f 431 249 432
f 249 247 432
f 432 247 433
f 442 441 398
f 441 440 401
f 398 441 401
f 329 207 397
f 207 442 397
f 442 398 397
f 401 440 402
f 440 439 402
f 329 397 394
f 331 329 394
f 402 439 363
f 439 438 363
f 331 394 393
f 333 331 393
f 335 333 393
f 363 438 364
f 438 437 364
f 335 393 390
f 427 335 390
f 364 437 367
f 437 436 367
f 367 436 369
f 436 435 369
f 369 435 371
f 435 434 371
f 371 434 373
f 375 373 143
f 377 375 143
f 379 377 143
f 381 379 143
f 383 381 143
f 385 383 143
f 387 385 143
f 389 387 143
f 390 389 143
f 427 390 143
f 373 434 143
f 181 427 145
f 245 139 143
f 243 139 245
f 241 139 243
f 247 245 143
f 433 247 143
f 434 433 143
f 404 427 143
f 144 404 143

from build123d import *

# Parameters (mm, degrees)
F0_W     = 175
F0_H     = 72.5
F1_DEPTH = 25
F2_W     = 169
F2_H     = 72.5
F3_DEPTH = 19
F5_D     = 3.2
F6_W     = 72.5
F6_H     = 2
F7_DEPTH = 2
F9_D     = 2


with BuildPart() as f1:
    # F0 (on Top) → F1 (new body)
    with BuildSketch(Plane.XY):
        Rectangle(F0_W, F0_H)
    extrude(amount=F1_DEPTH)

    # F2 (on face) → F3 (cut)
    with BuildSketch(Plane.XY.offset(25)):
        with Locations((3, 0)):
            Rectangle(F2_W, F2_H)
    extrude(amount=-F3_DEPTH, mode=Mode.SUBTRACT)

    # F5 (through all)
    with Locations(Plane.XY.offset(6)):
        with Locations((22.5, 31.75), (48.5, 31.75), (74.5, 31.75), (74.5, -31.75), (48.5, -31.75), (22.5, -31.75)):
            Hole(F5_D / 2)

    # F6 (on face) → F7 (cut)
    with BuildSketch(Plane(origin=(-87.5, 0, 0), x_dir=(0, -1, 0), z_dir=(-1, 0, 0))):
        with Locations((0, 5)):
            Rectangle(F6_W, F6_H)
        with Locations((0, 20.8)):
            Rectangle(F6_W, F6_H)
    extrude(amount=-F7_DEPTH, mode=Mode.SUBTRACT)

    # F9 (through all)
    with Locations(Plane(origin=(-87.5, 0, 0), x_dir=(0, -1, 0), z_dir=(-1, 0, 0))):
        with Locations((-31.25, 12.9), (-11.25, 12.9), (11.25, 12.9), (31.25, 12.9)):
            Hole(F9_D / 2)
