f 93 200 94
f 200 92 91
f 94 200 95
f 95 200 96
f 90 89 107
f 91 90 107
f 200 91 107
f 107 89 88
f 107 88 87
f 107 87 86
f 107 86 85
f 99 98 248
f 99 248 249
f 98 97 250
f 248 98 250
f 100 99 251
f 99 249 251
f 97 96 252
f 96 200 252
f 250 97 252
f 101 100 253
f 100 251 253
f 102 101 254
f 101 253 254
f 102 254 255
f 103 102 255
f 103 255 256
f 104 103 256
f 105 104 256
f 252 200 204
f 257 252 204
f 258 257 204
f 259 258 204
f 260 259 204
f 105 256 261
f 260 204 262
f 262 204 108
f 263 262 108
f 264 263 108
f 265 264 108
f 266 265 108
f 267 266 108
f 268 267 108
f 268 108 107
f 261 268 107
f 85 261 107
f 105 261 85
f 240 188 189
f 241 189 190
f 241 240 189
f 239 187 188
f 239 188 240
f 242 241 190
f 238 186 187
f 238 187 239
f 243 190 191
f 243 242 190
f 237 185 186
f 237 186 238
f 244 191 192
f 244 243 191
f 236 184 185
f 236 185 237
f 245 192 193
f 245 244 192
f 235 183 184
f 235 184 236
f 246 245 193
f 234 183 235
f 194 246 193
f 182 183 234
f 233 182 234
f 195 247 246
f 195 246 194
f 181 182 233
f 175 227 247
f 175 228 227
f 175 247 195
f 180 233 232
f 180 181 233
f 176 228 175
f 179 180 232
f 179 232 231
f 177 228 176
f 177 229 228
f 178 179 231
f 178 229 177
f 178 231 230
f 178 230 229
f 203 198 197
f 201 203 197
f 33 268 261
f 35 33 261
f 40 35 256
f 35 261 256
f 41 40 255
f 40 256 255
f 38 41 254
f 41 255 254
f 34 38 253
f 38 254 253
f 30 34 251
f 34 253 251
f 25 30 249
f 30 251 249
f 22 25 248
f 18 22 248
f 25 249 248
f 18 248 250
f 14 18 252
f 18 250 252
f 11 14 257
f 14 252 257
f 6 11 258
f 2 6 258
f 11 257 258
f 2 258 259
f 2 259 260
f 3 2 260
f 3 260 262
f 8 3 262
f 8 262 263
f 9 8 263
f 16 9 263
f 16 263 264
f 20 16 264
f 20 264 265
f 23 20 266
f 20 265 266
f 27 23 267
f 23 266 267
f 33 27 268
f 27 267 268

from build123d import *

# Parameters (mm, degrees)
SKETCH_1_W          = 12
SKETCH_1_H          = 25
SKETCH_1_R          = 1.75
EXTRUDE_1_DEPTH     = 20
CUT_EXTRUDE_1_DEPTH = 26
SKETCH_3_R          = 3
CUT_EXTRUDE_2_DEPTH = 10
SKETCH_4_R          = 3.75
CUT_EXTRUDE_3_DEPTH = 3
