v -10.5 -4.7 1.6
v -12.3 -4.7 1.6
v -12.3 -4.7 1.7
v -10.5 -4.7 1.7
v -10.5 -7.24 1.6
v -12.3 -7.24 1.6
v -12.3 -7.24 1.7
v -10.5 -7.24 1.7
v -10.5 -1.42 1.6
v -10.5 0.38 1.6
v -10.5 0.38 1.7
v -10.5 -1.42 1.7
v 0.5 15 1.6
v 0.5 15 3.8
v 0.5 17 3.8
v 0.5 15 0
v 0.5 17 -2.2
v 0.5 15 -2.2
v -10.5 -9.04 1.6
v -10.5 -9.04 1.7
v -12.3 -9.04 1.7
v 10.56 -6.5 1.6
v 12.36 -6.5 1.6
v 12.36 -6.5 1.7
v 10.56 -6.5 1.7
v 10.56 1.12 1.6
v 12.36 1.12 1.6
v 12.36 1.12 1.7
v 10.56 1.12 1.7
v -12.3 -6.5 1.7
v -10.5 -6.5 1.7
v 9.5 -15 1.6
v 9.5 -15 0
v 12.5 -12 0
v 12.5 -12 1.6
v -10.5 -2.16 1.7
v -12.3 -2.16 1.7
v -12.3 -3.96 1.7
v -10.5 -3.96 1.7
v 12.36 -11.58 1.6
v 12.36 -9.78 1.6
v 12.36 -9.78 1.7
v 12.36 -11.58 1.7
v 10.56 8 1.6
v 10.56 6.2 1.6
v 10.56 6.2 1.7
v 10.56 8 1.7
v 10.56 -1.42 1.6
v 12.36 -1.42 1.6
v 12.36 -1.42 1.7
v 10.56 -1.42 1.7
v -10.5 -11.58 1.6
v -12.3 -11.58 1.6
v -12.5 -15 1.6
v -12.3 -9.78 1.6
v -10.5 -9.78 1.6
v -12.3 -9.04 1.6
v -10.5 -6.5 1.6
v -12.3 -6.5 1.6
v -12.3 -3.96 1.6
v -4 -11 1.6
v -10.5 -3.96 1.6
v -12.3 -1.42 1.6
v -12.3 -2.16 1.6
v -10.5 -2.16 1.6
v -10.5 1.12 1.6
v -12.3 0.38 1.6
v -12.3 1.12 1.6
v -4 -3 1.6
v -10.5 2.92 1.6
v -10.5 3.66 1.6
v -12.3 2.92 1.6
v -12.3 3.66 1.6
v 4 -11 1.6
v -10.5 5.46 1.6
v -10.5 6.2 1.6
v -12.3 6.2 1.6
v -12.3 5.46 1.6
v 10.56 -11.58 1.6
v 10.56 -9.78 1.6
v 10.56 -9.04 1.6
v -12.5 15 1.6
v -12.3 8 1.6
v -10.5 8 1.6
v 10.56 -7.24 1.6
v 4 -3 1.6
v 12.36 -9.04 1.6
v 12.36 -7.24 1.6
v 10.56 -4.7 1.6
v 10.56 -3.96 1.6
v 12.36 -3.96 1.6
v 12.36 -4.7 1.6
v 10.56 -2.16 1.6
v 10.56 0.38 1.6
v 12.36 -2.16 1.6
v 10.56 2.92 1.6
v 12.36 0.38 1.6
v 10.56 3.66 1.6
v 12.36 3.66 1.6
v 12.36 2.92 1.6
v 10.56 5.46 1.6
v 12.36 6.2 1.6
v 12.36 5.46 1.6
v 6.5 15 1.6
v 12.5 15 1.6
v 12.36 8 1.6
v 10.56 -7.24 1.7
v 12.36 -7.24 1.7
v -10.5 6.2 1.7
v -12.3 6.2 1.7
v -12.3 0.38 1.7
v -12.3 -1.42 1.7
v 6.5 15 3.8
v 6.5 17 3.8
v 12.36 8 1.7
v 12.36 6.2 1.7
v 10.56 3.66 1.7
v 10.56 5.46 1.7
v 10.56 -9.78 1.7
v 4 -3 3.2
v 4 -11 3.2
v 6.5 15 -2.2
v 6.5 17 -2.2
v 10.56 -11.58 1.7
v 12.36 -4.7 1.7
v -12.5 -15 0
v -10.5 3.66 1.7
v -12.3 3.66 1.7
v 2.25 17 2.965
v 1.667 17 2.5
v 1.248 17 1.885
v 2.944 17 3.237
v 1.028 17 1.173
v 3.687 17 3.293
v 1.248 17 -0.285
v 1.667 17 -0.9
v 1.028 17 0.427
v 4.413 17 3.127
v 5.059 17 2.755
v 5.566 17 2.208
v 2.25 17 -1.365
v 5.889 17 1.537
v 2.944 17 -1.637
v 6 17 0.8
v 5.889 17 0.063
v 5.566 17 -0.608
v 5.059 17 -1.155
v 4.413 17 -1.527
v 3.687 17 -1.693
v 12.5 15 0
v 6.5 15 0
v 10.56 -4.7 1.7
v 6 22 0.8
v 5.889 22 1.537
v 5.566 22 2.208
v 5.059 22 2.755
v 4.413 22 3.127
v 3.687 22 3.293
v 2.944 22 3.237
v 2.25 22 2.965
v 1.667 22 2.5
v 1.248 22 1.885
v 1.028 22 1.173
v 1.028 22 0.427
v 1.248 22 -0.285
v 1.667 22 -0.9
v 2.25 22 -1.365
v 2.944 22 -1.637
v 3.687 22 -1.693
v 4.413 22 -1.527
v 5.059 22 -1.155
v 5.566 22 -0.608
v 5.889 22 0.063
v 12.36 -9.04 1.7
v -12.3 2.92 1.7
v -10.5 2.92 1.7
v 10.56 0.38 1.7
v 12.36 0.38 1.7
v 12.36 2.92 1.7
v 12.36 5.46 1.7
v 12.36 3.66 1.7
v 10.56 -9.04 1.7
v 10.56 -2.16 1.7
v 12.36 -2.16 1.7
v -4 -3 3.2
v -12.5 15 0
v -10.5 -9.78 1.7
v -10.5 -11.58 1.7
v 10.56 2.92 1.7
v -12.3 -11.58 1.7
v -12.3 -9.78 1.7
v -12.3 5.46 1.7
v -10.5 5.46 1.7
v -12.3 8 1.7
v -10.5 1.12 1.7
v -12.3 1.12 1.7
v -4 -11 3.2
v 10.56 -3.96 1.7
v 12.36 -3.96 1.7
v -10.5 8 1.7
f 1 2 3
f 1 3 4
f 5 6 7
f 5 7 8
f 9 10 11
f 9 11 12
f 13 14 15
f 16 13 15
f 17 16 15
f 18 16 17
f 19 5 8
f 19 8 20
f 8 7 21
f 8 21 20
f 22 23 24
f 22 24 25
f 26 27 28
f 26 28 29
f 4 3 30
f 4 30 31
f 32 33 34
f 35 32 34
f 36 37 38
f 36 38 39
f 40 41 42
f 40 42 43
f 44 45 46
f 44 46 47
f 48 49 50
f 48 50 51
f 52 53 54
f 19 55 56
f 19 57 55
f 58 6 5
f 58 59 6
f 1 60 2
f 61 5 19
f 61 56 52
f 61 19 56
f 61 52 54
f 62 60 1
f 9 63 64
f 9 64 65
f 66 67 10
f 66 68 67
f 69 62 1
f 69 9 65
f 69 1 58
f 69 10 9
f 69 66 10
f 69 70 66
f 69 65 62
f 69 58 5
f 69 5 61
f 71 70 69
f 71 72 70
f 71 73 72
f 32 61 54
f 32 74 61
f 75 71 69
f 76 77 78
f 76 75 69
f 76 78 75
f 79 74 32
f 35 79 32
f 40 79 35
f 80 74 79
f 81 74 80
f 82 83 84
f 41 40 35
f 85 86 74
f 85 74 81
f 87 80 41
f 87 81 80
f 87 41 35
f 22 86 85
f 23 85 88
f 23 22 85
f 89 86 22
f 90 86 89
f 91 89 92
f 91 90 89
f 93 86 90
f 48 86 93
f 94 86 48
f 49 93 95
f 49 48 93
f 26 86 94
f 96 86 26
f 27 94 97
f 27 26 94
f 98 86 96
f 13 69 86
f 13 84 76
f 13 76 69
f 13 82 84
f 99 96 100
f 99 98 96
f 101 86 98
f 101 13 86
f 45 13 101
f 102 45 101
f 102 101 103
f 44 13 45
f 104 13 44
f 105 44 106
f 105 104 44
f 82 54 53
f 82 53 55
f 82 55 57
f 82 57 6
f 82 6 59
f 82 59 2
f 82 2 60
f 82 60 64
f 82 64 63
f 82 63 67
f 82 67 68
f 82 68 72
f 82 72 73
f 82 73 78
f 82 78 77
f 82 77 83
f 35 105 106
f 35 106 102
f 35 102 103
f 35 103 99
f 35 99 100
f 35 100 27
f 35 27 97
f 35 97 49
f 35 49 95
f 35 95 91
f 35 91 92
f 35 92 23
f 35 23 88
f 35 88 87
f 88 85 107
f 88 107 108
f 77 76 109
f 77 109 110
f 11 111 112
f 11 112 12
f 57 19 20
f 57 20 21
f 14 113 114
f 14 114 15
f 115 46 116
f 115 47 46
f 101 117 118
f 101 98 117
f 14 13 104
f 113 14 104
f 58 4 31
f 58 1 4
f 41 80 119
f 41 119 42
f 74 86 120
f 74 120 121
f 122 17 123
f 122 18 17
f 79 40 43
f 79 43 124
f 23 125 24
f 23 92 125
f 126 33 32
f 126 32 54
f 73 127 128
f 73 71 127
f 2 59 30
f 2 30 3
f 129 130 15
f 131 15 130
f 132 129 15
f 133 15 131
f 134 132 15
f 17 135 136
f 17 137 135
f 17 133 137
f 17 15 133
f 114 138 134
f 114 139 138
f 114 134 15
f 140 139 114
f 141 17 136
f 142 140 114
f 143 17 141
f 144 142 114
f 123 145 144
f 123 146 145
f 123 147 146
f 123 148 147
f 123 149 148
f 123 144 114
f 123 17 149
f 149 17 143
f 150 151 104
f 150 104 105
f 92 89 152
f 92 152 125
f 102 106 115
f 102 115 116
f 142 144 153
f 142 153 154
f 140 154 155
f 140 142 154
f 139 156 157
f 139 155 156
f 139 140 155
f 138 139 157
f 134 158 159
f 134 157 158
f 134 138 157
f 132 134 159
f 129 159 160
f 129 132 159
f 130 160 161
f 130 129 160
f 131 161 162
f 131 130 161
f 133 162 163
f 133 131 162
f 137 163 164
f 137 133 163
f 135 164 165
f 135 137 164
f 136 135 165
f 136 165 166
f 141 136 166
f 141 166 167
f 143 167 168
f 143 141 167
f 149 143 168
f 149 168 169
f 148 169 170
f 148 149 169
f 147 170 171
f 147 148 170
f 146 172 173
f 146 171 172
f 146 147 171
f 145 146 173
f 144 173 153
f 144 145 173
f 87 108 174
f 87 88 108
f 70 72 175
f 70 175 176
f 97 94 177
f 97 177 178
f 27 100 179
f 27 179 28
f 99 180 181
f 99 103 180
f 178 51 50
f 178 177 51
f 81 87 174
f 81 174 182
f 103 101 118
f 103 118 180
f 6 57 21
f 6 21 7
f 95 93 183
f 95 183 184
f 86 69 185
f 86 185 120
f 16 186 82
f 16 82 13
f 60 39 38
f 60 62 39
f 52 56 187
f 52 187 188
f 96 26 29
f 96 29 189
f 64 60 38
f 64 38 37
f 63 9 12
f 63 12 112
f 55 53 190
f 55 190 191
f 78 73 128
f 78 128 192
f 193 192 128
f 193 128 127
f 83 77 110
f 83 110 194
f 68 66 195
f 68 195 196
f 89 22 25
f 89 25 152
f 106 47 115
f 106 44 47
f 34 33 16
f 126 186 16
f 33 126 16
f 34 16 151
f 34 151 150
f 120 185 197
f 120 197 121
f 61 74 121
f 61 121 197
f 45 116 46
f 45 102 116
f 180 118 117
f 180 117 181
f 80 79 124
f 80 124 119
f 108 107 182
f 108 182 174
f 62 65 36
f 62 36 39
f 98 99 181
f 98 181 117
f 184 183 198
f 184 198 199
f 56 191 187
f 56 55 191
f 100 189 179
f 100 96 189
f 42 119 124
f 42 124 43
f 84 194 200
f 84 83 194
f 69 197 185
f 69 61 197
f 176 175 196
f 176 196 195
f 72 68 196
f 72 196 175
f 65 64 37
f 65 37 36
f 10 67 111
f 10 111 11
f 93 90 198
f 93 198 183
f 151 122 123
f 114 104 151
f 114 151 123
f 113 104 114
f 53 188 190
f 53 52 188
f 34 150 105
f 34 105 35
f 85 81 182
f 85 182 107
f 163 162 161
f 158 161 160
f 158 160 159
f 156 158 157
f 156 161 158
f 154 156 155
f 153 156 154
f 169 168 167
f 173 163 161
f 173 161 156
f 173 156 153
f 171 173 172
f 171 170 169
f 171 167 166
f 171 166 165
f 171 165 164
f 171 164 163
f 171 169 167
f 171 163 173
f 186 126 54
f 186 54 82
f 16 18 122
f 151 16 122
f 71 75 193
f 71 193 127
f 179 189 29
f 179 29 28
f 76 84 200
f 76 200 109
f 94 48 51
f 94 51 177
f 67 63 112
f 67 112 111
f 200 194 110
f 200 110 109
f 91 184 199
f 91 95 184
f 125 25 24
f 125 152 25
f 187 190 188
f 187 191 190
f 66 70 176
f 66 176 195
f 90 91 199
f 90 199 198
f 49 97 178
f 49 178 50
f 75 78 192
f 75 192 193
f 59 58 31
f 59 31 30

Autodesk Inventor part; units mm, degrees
ref_plane "YZ Plane" through (0, 0, 0) normal (1, 0, 0) x (0, 1, 0)
ref_plane "XZ Plane" through (0, 0, 0) normal (0, 1, 0) x (-1, 0, 0)
ref_plane "XY Plane" through (0, 0, 0) normal (0, 0, 1) x (1, 0, 0)
sketch "Sketch1" plane through (0, 0, 0) normal (0, 0, 1) x (1, 0, 0)
  line L0 (-12.5, 15) -> (12.5, 15)
  line L1 (12.5, 15) -> (12.5, -12)
  line L2 (9.5, -15) -> (-12.5, -15)
  line L3 (-12.5, -15) -> (-12.5, 15)
  line L4 (-12.5, 15) -> (12.5, -15) construction
  line L5 (12.5, 15) -> (-12.5, -15) construction
  line L6 (9.5, -15) -> (12.5, -12)
  point P0 (0, 0)
  dimension "d0" = 25
  dimension "d1" = 30
  dimension "d2" = 3
  dimension "d3" = 3
extrude "Extrusion1" add sketch "Sketch1" along normal blind 1.6
sketch "Sketch2" plane through (0, 0, 1.6) normal (0, 0, 1) x (1, 0, 0)
  line L0 (-4, -3) -> (4, -3)
  line L1 (4, -3) -> (4, -11)
  line L2 (4, -11) -> (-4, -11)
  line L3 (-4, -11) -> (-4, -3)
  line L4 (-4, -3) -> (4, -11) construction
  line L5 (4, -3) -> (-4, -11) construction
  line L6 (-12.5, -15) -> (9.5, -15) projected
  point P0 (0, 0)
  point P1 (0, -7)
  dimension "d6" = 8
  dimension "d7" = 8
  dimension "d8" = 8
extrude "Extrusion2" add sketch "Sketch2" along normal blind 1.6
sketch "Sketch5" plane through (0, 0, 1.6) normal (0, 0, 1) x (1, 0, 0)
  line L0 (-12.3, 8) -> (-10.5, 8)
  line L1 (-10.5, 8) -> (-10.5, 6.2)
  line L2 (-10.5, 6.2) -> (-12.3, 6.2)
  line L3 (-12.3, 6.2) -> (-12.3, 8)
  line L4 (-12.3, 8) -> (-10.5, 6.2) construction
  line L5 (-10.5, 8) -> (-12.3, 6.2) construction
  line L6 (-12.5, 15) -> (-12.5, -15) projected
  line L7 (-12.3, 3.66) -> (-12.3, 5.46)
  line L8 (-12.3, 5.46) -> (-10.5, 5.46)
  line L9 (-10.5, 5.46) -> (-10.5, 3.66)
  line L10 (-10.5, 3.66) -> (-12.3, 3.66)
  line L11 (-12.3, 1.12) -> (-12.3, 2.92)
  line L12 (-12.3, 2.92) -> (-10.5, 2.92)
  line L13 (-10.5, 2.92) -> (-10.5, 1.12)
  line L14 (-10.5, 1.12) -> (-12.3, 1.12)
  line L15 (-12.3, -1.42) -> (-12.3, 0.38)
  line L16 (-12.3, 0.38) -> (-10.5, 0.38)
  line L17 (-10.5, 0.38) -> (-10.5, -1.42)
  line L18 (-10.5, -1.42) -> (-12.3, -1.42)
  line L19 (-12.3, -3.96) -> (-12.3, -2.16)
  line L20 (-12.3, -2.16) -> (-10.5, -2.16)
  line L21 (-10.5, -2.16) -> (-10.5, -3.96)
  line L22 (-10.5, -3.96) -> (-12.3, -3.96)
  line L23 (-12.3, -6.5) -> (-12.3, -4.7)
  line L24 (-12.3, -4.7) -> (-10.5, -4.7)
  line L25 (-10.5, -4.7) -> (-10.5, -6.5)
  line L26 (-10.5, -6.5) -> (-12.3, -6.5)
  line L27 (-12.3, -9.04) -> (-12.3, -7.24)
  line L28 (-12.3, -7.24) -> (-10.5, -7.24)
  line L29 (-10.5, -7.24) -> (-10.5, -9.04)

____

### Problem to work on
Having output the line that contains "f 385 383 143", stop. Every line before it, back to the first line of the data, must be reproduced exactly.

### Answer section
f 431 249 432
f 249 247 432
f 432 247 433
f 442 441 398
f 441 440 401
f 398 441 401
f 329 207 397
f 207 442 397
f 442 398 397
f 401 440 402
f 440 439 402
f 329 397 394
f 331 329 394
f 402 439 363
f 439 438 363
f 331 394 393
f 333 331 393
f 335 333 393
f 363 438 364
f 438 437 364
f 335 393 390
f 427 335 390
f 364 437 367
f 437 436 367
f 367 436 369
f 436 435 369
f 369 435 371
f 435 434 371
f 371 434 373
f 375 373 143
f 377 375 143
f 379 377 143
f 381 379 143
f 383 381 143
f 385 383 143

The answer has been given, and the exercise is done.